Tuesday, September 28, 2010

Bank of England's Arrogance

Here is a particularly outrageous piece of arrogant, "let them eat cake" style bullshit from the inept Bank of England, headlined "Savers told to stop moaning and start spending".

The whole thing is worth reading, but to pick out the most offensive parts of the Deputy Governor's views (emphasis mine):
"Older households could afford to suffer because they had benefited from previous property price rises, Charles Bean, the deputy governor, suggested. They should "not expect" to live off interest, he added, admitting that low returns were part of a strategy."
That's right, the Bank of England's strategy includes keeping returns on savings low, so the responsible ones get screwed and the profligate mongs are rewarded.
Mr Bean said he "fully sympathised".
No you don't, you couldn't give a shit as you've already made clear.
But he continued: "Savers shouldn't necessarily expect to be able to live just off their income in times when interest rates are low.

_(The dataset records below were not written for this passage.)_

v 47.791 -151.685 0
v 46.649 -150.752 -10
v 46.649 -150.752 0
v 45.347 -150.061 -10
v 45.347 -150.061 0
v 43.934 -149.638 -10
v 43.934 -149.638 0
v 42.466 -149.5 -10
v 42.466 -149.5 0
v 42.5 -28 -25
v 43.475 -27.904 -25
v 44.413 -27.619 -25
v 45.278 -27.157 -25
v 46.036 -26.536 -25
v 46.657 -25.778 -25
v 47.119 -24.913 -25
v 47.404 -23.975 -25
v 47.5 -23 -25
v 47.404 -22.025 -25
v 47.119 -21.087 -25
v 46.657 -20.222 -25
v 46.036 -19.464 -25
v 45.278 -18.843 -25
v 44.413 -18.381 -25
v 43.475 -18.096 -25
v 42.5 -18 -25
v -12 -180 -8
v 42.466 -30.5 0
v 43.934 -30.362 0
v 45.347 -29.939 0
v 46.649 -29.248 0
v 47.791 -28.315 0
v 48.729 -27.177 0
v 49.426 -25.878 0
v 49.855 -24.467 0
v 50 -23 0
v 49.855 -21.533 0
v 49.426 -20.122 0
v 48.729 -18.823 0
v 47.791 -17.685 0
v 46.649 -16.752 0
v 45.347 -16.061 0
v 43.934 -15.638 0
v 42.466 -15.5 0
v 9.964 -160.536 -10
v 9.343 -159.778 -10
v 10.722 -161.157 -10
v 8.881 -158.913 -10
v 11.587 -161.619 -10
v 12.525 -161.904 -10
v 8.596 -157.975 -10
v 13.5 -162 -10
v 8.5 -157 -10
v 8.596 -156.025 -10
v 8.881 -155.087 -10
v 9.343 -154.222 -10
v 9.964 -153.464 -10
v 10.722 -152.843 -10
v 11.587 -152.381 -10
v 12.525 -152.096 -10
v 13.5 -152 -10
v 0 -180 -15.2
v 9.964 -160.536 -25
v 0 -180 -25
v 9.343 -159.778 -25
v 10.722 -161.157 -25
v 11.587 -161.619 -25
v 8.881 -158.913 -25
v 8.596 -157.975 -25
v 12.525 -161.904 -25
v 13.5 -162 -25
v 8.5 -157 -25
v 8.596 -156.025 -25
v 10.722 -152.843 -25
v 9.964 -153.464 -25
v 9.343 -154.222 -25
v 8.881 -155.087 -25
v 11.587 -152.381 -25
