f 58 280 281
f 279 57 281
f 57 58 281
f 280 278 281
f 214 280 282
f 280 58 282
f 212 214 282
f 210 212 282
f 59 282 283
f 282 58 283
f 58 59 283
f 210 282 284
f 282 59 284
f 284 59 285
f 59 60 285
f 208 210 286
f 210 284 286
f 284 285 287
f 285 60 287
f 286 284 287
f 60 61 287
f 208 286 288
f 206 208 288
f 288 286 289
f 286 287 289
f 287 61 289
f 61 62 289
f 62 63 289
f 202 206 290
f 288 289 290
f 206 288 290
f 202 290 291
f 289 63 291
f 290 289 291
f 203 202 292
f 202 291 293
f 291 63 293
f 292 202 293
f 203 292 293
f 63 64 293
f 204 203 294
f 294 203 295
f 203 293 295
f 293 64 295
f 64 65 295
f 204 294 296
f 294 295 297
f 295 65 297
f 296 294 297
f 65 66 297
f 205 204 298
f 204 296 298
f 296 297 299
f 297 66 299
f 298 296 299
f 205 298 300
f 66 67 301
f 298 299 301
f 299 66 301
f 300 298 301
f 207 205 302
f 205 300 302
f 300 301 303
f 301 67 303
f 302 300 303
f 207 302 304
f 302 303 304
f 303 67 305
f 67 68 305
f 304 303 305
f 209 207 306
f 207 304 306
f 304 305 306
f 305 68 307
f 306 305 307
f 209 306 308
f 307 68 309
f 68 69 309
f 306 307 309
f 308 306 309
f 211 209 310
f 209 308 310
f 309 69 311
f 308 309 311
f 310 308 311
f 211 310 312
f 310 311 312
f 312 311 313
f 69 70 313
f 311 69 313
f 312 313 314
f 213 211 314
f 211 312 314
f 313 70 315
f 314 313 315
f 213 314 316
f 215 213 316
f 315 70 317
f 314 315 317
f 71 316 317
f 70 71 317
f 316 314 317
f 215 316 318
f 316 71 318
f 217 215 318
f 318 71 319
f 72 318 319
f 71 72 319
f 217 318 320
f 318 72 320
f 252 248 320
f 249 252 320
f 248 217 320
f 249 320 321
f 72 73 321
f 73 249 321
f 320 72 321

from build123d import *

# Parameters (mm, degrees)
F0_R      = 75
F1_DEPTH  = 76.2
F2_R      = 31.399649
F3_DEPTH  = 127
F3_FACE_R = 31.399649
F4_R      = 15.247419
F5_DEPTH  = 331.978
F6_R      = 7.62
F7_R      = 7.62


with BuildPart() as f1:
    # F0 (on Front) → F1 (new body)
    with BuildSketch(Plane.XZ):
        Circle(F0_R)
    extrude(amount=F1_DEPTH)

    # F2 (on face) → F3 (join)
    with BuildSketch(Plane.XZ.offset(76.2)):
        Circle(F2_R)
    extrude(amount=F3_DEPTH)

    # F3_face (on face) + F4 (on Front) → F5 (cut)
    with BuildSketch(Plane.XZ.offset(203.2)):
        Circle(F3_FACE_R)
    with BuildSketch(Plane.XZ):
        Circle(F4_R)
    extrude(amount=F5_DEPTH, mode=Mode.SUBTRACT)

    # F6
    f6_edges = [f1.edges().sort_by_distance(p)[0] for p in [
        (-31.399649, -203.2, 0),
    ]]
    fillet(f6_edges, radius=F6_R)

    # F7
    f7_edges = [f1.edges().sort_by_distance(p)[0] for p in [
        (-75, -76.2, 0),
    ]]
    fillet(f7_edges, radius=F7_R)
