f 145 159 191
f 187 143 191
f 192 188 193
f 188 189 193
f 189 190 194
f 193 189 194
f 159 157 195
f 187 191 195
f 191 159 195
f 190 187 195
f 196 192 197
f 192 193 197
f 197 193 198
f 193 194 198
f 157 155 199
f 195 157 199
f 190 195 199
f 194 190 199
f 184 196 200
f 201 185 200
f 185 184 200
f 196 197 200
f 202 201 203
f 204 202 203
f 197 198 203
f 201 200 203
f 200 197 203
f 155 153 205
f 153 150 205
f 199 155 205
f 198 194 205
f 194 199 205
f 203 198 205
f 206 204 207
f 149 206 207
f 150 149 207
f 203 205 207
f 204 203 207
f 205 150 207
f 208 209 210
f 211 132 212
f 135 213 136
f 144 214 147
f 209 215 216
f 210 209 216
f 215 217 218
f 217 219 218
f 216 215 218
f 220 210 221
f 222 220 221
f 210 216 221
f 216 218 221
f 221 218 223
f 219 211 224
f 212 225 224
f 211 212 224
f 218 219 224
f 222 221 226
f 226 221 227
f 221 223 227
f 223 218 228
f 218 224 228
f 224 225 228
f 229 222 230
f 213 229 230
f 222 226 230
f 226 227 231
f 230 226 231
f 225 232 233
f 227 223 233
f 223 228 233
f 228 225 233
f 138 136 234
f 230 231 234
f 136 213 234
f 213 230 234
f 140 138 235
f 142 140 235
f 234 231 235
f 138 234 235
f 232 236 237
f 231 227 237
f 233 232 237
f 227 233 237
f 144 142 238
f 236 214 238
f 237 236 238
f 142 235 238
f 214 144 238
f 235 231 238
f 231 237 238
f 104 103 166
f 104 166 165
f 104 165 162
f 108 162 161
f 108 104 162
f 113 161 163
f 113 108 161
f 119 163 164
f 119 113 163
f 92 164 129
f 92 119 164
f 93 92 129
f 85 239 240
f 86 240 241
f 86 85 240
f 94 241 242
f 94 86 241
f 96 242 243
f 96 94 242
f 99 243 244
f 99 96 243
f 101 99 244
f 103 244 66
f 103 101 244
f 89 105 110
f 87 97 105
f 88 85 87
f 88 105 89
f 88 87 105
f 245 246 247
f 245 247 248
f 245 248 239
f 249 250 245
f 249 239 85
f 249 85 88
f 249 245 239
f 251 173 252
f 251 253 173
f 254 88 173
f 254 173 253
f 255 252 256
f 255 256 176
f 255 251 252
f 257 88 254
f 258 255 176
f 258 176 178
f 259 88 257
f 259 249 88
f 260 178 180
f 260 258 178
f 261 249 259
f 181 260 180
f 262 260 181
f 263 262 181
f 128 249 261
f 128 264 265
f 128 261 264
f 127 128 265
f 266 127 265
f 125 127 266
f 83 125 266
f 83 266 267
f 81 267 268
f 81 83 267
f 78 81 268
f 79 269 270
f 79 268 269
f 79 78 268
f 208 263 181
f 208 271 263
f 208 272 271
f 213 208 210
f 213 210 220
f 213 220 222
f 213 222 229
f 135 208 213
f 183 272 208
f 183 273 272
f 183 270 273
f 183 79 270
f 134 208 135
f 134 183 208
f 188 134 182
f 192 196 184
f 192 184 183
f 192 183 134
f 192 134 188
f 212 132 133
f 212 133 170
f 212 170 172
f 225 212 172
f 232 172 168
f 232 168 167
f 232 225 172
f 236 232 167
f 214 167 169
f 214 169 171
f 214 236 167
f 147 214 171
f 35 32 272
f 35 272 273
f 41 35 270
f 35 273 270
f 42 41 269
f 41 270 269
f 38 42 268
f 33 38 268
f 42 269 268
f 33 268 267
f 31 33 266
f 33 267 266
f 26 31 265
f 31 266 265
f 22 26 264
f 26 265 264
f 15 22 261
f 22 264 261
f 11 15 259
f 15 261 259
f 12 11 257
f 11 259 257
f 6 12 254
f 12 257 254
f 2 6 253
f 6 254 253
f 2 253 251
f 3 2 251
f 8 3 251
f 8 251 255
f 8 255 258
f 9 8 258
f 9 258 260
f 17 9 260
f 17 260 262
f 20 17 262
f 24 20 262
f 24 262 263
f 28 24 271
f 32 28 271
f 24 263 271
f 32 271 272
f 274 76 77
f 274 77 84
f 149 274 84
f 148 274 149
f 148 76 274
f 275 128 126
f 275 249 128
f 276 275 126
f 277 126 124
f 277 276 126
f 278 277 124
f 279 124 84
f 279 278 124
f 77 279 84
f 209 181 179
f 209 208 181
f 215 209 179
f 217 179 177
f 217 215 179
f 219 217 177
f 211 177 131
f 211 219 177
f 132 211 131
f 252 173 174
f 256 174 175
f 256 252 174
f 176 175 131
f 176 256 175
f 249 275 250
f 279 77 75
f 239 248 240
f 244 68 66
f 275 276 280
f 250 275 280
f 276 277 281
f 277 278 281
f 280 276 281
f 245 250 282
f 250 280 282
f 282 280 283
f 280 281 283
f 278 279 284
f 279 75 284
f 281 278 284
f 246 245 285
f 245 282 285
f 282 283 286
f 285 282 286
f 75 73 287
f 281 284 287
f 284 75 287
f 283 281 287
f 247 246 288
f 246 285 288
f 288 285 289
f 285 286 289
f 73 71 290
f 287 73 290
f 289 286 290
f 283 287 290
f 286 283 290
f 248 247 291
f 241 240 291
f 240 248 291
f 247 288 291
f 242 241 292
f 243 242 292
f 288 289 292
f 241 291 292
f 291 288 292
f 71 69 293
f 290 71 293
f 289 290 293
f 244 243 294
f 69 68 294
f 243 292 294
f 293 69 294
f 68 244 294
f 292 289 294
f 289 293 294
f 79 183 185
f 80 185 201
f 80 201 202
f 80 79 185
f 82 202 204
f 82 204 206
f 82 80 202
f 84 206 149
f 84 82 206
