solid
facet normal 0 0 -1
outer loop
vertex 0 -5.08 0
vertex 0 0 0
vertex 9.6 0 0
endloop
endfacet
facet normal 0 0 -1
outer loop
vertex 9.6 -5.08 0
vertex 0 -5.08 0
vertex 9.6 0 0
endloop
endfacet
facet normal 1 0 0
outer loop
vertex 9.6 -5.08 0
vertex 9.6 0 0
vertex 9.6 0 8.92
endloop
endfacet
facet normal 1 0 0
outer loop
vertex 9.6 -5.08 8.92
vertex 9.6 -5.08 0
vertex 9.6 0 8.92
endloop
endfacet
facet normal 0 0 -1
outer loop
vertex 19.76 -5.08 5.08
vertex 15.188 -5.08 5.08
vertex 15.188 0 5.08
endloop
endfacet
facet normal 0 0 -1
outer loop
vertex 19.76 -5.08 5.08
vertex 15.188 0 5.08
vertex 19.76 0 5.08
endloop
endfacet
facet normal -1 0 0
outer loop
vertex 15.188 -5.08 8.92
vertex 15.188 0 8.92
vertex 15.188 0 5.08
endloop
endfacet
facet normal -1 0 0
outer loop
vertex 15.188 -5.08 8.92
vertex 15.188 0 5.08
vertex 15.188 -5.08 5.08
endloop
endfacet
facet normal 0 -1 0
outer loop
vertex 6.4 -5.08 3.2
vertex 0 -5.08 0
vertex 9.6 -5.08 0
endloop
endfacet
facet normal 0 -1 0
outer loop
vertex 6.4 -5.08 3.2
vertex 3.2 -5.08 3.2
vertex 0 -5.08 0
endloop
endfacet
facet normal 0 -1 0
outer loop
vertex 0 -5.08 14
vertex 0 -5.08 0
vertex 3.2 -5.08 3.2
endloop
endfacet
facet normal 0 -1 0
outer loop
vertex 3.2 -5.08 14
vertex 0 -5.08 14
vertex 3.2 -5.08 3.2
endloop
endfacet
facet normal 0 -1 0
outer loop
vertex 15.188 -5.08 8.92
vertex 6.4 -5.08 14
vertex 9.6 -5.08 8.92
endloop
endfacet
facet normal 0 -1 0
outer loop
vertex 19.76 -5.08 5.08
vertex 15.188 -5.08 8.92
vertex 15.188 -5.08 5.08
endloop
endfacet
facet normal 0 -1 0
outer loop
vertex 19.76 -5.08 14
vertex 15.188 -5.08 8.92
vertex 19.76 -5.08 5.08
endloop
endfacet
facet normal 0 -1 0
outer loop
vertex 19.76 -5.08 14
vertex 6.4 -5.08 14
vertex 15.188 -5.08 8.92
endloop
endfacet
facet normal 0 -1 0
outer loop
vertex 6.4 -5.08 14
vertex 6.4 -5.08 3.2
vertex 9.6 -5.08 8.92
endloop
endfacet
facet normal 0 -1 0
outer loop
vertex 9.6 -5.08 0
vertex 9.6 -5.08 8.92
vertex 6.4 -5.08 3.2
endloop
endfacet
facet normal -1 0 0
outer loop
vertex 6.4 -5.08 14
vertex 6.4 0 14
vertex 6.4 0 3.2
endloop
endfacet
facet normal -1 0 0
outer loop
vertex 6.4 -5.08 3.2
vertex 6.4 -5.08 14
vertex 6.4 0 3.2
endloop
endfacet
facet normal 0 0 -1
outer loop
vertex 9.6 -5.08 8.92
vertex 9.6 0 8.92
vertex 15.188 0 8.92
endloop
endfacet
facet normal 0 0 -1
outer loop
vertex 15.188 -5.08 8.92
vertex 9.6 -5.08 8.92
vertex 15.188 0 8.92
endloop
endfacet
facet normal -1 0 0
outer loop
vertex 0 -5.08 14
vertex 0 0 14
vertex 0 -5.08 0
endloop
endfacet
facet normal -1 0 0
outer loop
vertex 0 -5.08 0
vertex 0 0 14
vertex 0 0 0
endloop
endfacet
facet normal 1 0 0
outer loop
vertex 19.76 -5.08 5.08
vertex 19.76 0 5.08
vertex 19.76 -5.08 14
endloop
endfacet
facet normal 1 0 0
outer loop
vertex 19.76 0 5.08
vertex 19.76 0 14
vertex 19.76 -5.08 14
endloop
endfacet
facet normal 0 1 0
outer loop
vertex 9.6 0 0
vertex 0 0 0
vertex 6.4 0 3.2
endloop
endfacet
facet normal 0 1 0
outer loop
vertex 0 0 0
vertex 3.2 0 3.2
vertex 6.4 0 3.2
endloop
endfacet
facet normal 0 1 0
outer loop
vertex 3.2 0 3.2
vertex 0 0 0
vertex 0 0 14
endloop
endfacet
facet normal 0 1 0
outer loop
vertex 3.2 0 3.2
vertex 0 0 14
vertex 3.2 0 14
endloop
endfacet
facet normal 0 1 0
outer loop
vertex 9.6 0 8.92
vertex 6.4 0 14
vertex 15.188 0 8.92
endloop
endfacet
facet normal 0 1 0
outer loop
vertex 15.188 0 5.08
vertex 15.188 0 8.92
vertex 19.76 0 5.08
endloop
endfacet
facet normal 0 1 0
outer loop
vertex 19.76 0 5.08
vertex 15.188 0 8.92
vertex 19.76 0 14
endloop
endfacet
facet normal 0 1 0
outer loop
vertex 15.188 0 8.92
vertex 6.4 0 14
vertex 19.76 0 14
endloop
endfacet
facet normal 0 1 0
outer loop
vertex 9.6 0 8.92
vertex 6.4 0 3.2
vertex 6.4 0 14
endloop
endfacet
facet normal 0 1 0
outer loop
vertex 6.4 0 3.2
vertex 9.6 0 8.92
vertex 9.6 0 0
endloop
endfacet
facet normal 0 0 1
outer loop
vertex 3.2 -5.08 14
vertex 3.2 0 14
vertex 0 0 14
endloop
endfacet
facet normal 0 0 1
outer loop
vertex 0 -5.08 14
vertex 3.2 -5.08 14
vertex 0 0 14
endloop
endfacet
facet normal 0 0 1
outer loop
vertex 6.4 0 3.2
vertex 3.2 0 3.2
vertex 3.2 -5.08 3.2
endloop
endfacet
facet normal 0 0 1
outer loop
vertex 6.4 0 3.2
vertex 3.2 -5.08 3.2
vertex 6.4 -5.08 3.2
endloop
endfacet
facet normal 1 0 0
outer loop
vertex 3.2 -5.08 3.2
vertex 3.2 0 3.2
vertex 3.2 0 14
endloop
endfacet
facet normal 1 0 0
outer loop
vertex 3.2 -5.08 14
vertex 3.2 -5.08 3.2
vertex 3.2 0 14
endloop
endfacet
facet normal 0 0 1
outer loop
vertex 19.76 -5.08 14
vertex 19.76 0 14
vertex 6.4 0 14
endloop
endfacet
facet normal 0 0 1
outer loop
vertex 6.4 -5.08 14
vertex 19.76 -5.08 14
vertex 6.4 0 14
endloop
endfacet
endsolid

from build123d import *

# Parameters (mm, degrees)
F0_W     = 10.16
F0_H     = 5.08
F0_W_2   = 3.2
F0_H_2   = 3.2
F1_DEPTH = 5.08
F2_W     = 4.572
F2_H     = 5.08
F3_DEPTH = 3.84


with BuildPart() as f1:
    # F0 (on Front) → F1 (new body)
    with BuildSketch(Plane.XZ):
        with Locations((14.68, 11.46)):
            Rectangle(F0_W, F0_H)
        with BuildLine():
            ThreePointArc((0, 1.27), (0.371974, 0.371974), (1.27, 0))
            Line((1.27, 0), (3.2, 0))
            Line((3.2, 0), (3.2, 3.2))
            Line((3.2, 3.2), (3.2, 10.8))
            Line((3.2, 10.8), (0, 10.8))
            Line((0, 10.8), (0, 1.27))
        make_face()
        with Locations((4.8, 1.6)):
            Rectangle(F0_W_2, F0_H_2)
        with BuildLine():
            Line((6.4, 3.2), (6.4, 0))
            Line((6.4, 0), (8.33, 0))
            ThreePointArc((8.33, 0), (9.228026, 0.371974), (9.6, 1.27))
            Line((9.6, 1.27), (9.6, 8.92))
            Line((9.6, 8.92), (9.6, 14))
            Line((9.6, 14), (6.4, 14))
            Line((6.4, 14), (6.4, 3.2))
        make_face()
        with BuildLine():
            Line((0, 0), (1.27, 0))
            ThreePointArc((1.27, 0), (0.371974, 0.371974), (0, 1.27))
            Line((0, 1.27), (0, 0))
        make_face()
        with BuildLine():
            ThreePointArc((9.6, 1.27), (9.228026, 0.371974), (8.33, 0))
            Line((8.33, 0), (9.6, 0))
            Line((9.6, 0), (9.6, 1.27))
        make_face()
        with BuildLine():
            Line((0, 12.73), (0, 10.8))
            Line((0, 10.8), (3.2, 10.8))
            Line((3.2, 10.8), (3.2, 14))
            Line((3.2, 14), (1.27, 14))
            ThreePointArc((1.27, 14), (0.371974, 13.628026), (0, 12.73))
        make_face()
        with BuildLine():
            Line((0, 14), (0, 12.73))
            ThreePointArc((0, 12.73), (0.371974, 13.628026), (1.27, 14))
            Line((1.27, 14), (0, 14))
        make_face()
    extrude(amount=F1_DEPTH)

    # F2 (on face) → F3 (join)
    with BuildSketch(Plane(origin=(0, 0, 8.92), x_dir=(1, 0, 0), z_dir=(0, 0, -1))):
        with Locations((17.474, 2.54)):
            Rectangle(F2_W, F2_H)
    extrude(amount=F3_DEPTH)


solid = f1.part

It may make sense for them to eat into their capital a bit." He added: "Very often older households have actually benefited from the fact that they've seen capital gains on their houses."
So they must be punished for benefiting from a housing bubble created in no small part by, oh that's right, the Government and its lapdog Central Bank.
Mr Bean said that encouraging Britons to spend was one reason why the Bank had cut interest rates. They have been held at 0.5 per cent for 18 months, hitting rates offered on savings accounts. The strategy had led to Mervyn King, the governor, receiving many letters of complaint. But it was designed to return the economy to a reasonable level of activity as quickly as possible, he said. "The faster we can achieve that, the sooner interest rates will get back to more normal levels."
Ah-hah, I believe this is what Al-Jahom would call cognitive dissonance.
So, Mr. Bean, what you are saying is, if everyone spends instead of saving, that will enable the Bank to raise interest rates, making saving more attractive, reducing how much people spend. What about the older people who have spent all their money? Now they can benefit from the higher rates they have helped generate.

Fail, Mr. Bean. Fail.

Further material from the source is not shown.